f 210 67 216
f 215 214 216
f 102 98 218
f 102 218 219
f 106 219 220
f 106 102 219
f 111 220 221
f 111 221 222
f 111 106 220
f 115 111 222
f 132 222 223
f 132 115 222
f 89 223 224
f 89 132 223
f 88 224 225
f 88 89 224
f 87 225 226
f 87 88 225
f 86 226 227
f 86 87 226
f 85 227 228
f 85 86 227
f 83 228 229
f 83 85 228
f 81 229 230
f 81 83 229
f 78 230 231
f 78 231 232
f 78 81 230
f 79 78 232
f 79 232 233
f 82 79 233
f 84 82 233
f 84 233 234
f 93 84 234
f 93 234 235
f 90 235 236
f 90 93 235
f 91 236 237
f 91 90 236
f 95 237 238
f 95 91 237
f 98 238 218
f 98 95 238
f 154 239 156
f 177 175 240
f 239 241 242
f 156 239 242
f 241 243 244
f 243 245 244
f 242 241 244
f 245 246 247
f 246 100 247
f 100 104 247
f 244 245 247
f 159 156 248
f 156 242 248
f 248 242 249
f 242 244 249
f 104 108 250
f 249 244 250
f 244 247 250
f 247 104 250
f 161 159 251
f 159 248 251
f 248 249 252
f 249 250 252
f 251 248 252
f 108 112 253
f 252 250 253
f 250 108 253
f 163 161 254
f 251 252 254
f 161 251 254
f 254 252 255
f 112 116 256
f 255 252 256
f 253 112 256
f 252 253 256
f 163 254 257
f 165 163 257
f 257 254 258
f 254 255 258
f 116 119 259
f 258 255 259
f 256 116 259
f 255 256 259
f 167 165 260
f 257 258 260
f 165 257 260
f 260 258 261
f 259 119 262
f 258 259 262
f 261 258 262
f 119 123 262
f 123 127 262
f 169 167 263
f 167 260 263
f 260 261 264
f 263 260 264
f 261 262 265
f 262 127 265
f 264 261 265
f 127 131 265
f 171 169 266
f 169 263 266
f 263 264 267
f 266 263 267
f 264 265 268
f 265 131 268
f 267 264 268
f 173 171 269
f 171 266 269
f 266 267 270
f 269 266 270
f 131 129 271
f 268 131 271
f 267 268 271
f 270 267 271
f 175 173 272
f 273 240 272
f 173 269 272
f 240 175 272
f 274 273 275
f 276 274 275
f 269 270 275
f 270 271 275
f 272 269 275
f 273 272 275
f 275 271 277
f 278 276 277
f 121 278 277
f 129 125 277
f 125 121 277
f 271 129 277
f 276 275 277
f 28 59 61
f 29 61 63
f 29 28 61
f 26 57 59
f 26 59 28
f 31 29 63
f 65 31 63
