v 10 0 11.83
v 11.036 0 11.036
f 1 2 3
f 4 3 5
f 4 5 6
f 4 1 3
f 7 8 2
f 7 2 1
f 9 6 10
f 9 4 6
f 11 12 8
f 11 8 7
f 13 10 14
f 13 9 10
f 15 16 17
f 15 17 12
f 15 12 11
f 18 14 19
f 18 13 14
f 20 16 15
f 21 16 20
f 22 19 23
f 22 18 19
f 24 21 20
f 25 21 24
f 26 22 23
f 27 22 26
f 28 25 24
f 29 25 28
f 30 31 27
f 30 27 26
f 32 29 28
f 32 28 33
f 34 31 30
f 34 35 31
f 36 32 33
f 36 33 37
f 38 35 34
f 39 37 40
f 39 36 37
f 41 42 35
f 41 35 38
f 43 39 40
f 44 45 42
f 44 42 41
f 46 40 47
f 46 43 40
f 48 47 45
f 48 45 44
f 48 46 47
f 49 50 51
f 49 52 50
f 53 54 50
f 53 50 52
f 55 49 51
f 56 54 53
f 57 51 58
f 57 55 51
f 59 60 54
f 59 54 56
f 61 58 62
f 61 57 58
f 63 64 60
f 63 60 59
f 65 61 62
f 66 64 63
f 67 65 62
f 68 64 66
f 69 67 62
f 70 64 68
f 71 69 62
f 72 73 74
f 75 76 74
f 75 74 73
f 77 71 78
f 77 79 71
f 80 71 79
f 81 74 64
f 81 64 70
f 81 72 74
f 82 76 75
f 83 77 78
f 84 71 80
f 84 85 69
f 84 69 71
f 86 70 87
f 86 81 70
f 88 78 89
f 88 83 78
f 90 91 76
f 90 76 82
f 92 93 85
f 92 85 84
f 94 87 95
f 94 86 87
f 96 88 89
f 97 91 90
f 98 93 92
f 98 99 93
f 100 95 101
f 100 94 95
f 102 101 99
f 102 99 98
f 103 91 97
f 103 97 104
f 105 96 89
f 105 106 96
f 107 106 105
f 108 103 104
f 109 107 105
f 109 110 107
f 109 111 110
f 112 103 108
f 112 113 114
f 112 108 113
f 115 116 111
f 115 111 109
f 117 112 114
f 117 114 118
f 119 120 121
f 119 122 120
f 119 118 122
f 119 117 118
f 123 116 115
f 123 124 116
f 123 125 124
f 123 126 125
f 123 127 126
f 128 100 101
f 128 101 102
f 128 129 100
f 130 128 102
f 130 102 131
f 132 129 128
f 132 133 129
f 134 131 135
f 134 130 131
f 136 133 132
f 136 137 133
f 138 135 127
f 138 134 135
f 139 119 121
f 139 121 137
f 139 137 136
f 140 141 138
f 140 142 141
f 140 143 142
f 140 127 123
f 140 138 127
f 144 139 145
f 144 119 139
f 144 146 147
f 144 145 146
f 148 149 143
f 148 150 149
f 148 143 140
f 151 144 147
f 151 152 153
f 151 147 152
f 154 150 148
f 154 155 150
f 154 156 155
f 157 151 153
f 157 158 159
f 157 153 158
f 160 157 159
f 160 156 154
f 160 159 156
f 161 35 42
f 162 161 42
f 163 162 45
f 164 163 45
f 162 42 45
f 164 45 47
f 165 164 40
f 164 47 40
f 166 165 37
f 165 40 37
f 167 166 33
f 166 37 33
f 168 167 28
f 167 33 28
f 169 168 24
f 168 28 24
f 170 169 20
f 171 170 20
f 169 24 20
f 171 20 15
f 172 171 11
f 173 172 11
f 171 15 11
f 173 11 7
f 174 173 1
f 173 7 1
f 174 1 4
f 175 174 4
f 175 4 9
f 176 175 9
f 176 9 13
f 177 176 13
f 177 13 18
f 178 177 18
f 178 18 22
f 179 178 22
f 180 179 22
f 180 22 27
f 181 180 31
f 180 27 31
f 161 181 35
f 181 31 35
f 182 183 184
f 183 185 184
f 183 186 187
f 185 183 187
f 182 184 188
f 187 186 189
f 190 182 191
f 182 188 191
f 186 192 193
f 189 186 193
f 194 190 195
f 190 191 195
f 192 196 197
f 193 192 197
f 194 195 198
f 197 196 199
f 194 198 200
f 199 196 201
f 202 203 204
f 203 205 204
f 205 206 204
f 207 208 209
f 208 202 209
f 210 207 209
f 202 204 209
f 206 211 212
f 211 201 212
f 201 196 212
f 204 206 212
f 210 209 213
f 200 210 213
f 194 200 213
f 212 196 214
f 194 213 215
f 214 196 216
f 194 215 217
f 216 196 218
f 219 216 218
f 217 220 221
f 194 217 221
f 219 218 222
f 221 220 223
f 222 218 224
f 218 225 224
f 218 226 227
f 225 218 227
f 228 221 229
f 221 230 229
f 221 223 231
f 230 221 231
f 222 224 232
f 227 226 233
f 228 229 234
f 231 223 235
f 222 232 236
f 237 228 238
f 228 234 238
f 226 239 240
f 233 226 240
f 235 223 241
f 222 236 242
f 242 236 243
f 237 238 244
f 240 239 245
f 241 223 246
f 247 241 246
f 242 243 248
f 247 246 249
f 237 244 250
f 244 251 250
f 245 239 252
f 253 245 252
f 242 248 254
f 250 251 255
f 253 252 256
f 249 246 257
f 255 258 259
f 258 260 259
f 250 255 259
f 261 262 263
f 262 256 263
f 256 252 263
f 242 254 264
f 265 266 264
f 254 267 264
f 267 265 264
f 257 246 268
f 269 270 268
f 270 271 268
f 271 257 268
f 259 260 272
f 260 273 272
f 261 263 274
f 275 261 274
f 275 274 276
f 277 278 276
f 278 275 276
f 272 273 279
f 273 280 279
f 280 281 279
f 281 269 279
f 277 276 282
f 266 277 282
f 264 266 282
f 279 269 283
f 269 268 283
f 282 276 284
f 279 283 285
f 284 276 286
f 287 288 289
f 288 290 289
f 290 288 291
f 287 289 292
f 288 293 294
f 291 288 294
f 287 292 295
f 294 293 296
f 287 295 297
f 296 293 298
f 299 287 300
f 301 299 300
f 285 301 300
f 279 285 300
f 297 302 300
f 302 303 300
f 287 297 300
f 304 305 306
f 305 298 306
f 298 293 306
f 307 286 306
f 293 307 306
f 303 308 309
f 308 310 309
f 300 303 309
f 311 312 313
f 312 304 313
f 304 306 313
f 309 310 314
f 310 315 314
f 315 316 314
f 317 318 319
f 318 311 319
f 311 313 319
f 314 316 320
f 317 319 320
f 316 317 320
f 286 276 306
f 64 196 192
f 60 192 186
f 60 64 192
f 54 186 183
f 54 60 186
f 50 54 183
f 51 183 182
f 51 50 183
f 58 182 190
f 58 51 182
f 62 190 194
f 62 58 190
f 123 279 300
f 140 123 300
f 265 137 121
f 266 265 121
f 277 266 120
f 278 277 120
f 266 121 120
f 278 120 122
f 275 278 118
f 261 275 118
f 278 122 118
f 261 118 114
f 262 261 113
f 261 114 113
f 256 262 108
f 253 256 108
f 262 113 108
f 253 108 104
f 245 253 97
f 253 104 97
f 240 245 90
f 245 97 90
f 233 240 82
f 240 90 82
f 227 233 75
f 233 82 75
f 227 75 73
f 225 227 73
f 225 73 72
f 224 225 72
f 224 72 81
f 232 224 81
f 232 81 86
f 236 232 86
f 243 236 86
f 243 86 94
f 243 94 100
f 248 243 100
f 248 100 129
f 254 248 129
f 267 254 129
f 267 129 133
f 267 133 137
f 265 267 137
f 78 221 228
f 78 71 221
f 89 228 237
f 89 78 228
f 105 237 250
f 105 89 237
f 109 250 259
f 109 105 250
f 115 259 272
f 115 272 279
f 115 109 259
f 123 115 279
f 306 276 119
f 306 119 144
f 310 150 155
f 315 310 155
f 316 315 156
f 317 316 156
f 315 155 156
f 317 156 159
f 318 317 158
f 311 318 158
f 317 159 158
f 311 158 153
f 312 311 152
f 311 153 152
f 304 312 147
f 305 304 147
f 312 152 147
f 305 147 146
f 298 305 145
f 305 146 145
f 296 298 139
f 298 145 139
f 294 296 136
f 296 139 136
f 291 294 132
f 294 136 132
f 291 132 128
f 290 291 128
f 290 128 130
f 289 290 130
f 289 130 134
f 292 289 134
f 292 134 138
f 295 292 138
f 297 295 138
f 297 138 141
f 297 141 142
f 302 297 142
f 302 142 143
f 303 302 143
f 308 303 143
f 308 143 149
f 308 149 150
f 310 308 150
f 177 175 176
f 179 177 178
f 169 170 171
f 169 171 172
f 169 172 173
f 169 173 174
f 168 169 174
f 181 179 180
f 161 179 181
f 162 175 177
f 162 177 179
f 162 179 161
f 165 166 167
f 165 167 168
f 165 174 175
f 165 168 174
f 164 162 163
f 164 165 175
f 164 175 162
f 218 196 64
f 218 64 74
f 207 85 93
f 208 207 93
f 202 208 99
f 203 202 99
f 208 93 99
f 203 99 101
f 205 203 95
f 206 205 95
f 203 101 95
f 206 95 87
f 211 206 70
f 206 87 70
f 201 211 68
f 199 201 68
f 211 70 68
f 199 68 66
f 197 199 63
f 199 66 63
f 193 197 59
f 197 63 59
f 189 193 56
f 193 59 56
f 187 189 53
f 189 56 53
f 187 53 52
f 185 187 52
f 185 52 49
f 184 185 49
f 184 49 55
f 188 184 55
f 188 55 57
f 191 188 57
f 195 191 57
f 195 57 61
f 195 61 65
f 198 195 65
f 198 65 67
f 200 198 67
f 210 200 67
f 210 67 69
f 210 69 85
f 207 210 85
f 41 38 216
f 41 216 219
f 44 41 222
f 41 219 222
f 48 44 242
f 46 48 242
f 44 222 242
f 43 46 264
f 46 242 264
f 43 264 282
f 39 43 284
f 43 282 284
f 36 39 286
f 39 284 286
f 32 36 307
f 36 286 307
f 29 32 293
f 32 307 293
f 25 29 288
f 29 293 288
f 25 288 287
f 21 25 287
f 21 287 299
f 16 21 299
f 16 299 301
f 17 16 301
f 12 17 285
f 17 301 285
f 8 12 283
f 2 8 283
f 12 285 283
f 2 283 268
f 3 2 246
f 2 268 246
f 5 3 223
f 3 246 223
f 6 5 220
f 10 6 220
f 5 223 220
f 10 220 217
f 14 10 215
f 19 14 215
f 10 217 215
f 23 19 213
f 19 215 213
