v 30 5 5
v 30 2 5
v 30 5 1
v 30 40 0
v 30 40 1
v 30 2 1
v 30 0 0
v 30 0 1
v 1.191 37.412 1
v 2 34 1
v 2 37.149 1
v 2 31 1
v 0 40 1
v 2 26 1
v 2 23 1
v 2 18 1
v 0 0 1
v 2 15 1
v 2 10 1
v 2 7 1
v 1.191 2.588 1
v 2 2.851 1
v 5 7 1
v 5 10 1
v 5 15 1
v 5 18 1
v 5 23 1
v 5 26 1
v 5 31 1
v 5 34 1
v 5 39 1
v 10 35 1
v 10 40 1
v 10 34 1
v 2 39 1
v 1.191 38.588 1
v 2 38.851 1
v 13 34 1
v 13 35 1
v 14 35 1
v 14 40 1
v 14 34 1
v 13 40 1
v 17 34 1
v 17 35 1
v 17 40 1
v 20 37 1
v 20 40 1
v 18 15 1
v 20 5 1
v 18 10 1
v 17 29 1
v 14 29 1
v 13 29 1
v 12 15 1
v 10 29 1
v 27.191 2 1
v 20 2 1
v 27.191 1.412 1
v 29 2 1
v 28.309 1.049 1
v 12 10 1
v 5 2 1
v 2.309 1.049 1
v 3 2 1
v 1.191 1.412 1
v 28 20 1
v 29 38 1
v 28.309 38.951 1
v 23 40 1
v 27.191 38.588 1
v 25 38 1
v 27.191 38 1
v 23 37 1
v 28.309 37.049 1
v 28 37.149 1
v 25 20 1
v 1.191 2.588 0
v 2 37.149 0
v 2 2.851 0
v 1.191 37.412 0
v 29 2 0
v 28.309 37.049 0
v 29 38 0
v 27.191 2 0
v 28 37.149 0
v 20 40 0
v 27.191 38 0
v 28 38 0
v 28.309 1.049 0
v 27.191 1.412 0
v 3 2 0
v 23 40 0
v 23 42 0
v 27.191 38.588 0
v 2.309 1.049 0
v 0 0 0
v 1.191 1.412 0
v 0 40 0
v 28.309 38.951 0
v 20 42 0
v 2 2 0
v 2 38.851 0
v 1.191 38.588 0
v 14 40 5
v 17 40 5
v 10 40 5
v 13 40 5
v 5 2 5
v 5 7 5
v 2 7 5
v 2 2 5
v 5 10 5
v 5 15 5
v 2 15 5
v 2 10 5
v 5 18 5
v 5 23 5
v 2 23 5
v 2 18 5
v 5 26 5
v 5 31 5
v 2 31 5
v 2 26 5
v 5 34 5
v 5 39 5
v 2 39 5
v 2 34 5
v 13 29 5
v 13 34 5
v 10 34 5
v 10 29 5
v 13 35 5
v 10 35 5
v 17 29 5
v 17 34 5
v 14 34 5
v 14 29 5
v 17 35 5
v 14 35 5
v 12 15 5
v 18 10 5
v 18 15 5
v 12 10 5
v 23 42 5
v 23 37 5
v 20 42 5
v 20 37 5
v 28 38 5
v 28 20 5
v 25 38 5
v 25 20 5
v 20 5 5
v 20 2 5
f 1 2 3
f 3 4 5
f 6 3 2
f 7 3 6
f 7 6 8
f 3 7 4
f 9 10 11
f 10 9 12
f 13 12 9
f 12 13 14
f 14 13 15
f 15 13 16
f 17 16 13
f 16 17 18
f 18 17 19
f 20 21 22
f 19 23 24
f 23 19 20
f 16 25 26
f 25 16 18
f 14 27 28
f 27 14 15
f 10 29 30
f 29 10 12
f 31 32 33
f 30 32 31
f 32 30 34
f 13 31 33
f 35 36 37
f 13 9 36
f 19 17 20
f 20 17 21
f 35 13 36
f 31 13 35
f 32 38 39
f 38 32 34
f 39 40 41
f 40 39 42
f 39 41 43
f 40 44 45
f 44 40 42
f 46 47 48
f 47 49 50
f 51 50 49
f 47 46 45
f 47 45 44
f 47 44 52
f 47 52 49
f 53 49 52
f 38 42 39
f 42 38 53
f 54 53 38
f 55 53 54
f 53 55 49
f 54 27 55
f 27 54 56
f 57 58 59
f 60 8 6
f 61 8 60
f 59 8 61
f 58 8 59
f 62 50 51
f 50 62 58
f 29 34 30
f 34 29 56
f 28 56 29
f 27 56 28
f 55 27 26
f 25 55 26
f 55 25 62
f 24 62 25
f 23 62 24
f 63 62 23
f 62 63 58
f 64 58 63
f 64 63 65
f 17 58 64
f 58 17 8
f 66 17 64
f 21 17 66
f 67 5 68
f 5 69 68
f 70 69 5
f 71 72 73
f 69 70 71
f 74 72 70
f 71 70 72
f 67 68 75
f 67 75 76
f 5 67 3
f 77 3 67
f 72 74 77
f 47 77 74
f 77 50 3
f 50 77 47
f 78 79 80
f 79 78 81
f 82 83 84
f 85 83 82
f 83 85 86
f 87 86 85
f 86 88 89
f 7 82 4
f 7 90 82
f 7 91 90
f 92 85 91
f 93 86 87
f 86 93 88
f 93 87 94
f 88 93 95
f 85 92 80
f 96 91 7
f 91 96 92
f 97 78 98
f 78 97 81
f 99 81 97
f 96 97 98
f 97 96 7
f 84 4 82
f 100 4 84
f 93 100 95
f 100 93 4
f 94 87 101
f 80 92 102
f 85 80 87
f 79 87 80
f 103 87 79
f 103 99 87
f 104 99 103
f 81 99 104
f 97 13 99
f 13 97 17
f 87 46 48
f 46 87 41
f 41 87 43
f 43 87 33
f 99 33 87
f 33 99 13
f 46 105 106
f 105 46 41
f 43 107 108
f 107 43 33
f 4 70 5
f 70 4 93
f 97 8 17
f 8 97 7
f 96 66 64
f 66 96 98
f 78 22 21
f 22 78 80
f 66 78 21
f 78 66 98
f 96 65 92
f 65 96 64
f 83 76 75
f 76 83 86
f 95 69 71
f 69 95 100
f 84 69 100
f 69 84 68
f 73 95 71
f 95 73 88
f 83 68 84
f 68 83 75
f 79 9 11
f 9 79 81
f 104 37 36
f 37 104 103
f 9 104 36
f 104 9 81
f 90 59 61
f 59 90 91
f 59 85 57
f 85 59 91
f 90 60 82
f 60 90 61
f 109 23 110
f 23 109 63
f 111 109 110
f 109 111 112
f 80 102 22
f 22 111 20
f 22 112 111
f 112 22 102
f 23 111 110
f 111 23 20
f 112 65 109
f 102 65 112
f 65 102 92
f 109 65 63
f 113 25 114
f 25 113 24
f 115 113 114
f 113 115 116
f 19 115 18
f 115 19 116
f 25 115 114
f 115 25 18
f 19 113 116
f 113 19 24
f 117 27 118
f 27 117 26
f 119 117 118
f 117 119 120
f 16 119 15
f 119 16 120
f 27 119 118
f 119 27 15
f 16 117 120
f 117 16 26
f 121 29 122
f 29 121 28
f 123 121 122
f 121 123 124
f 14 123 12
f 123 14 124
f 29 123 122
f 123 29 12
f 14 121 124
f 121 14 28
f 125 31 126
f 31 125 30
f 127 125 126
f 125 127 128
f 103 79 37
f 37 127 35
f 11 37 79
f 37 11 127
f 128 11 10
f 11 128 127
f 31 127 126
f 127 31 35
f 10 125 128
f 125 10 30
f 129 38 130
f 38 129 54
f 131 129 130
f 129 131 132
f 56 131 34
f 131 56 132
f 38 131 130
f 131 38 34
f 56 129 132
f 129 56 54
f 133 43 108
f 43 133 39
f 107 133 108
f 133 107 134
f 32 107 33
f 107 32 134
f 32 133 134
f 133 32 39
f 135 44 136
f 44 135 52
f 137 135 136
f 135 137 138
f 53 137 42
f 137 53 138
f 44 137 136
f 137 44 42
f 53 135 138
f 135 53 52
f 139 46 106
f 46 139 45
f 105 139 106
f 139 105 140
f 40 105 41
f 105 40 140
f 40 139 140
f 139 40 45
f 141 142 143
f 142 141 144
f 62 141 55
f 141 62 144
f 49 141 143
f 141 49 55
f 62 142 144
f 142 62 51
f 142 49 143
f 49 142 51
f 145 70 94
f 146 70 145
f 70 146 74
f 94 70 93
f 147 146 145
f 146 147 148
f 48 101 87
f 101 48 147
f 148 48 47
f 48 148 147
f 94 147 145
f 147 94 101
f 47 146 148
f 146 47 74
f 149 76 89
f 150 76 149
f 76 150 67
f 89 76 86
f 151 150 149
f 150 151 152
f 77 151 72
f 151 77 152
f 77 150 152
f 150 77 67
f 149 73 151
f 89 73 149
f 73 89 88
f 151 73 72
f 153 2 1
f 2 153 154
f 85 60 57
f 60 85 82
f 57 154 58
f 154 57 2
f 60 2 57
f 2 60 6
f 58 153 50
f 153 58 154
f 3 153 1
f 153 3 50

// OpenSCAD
module pogo_pin () {
  color("Yellow") union() {
    cylinder (r=0.5, h=10);
    translate ([0, 0, 10]) cylinder (r=0.25, h=5);
  }
}

module rambo_board() {
  color("Green") difference() {
    cube([30, 40, 1]);
    translate([2, 2, -1]) cylinder (r=1, h=5);
    translate([28, 38, -1]) cylinder (r=1, h=5);
    translate([2, 38, -1]) cylinder (r=1, h=5);
    translate([28, 2, -1]) cylinder (r=1, h=5);
  }
}

module rambo_connector() {
  color("Gray") cube([3, 5, 5]);
}

module rambo_connectors() {
  /* motors */
  translate([2, 2, 0]) rambo_connector();
  translate([2, 10, 0]) rambo_connector();
  translate([2, 18, 0]) rambo_connector();
  translate([2, 26, 0]) rambo_connector();
  translate([2, 34, 0]) rambo_connector();
  /* endstops */
  translate([10, 29, 0]) rambo_connector();
  translate([10, 35, 0]) rambo_connector();
  translate([14, 29, 0]) rambo_connector();
  translate([14, 35, 0]) rambo_connector();
  /* Thermistors */
  translate([12, 10, 0]) rambo_connector();
  translate([15, 10, 0]) rambo_connector();
  /* USB */
  translate([20, 37, 0]) rambo_connector();
  /* Mosfets */
  translate([25, 20, 0]) rambo_connector();
  translate([25, 25, 0]) rambo_connector();
  translate([25, 30, 0]) rambo_connector();
  translate([25, 33, 0]) rambo_connector();
  /* Power */
  translate([25, 2, 0]) rotate([0, 0, 90]) rambo_connector();
  translate([30, 2, 0]) rotate([0, 0, 90]) rambo_connector();
}

module rambo_pins() {
  /* motors */
  translate([5, 5, 0]) pogo_pin();
  translate([5, 10, 0]) pogo_pin();
  translate([5, 15, 0]) pogo_pin();
  translate([5, 20, 0]) pogo_pin();
  translate([5, 25, 0]) pogo_pin();
  translate([5, 30, 0]) pogo_pin();
  translate([5, 35, 0]) pogo_pin();
  /* endstops */
  translate([12, 30, 0]) pogo_pin();
  translate([12, 32.5, 0]) pogo_pin();
  translate([12, 35, 0]) pogo_pin();
  translate([15, 30, 0]) pogo_pin();
  translate([15, 32.5, 0]) pogo_pin();
  translate([15, 35, 0]) pogo_pin();
  /* ISP */
  translate([20, 12.5, 0]) pogo_pin();
  translate([20, 15, 0]) pogo_pin();
  translate([20, 22.5, 0]) pogo_pin();
  translate([20, 25, 0]) pogo_pin();
  /* Power */
  translate([25, 5, 0]) pogo_pin();
  translate([20, 5, 0]) pogo_pin();
  /* Mosfets */
  translate([25, 20, 0]) pogo_pin();
  translate([25, 25, 0]) pogo_pin();
  translate([25, 35, 0]) pogo_pin();
}

module rambo(connectors=1, holes=0, pins=0) {
  if (connectors) {
    union() {
      rambo_board();
      rambo_connectors();
    }
  } else if (holes) {
    difference() {
      rambo_board();
      translate([0, 0, -1]) rambo_pins();
    }
  } else if (pins) {
    union() {
      rambo_board();
      rambo_pins();
    }
  } else {
    rambo_board();
  }
}

rambo(1, 0, 0);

Exercise goal
Set down, from the entries above, exactly the lines from the one with "f 261 118 114" up to and including the one with "f 236 232 86", and no other lines.

Solution to the problem
f 261 118 114
f 262 261 113
f 261 114 113
f 256 262 108
f 253 256 108
f 262 113 108
f 253 108 104
f 245 253 97
f 253 104 97
f 240 245 90
f 245 97 90
f 233 240 82
f 240 90 82
f 227 233 75
f 233 82 75
f 227 75 73
f 225 227 73
f 225 73 72
f 224 225 72
f 224 72 81
f 232 224 81
f 232 81 86
f 236 232 86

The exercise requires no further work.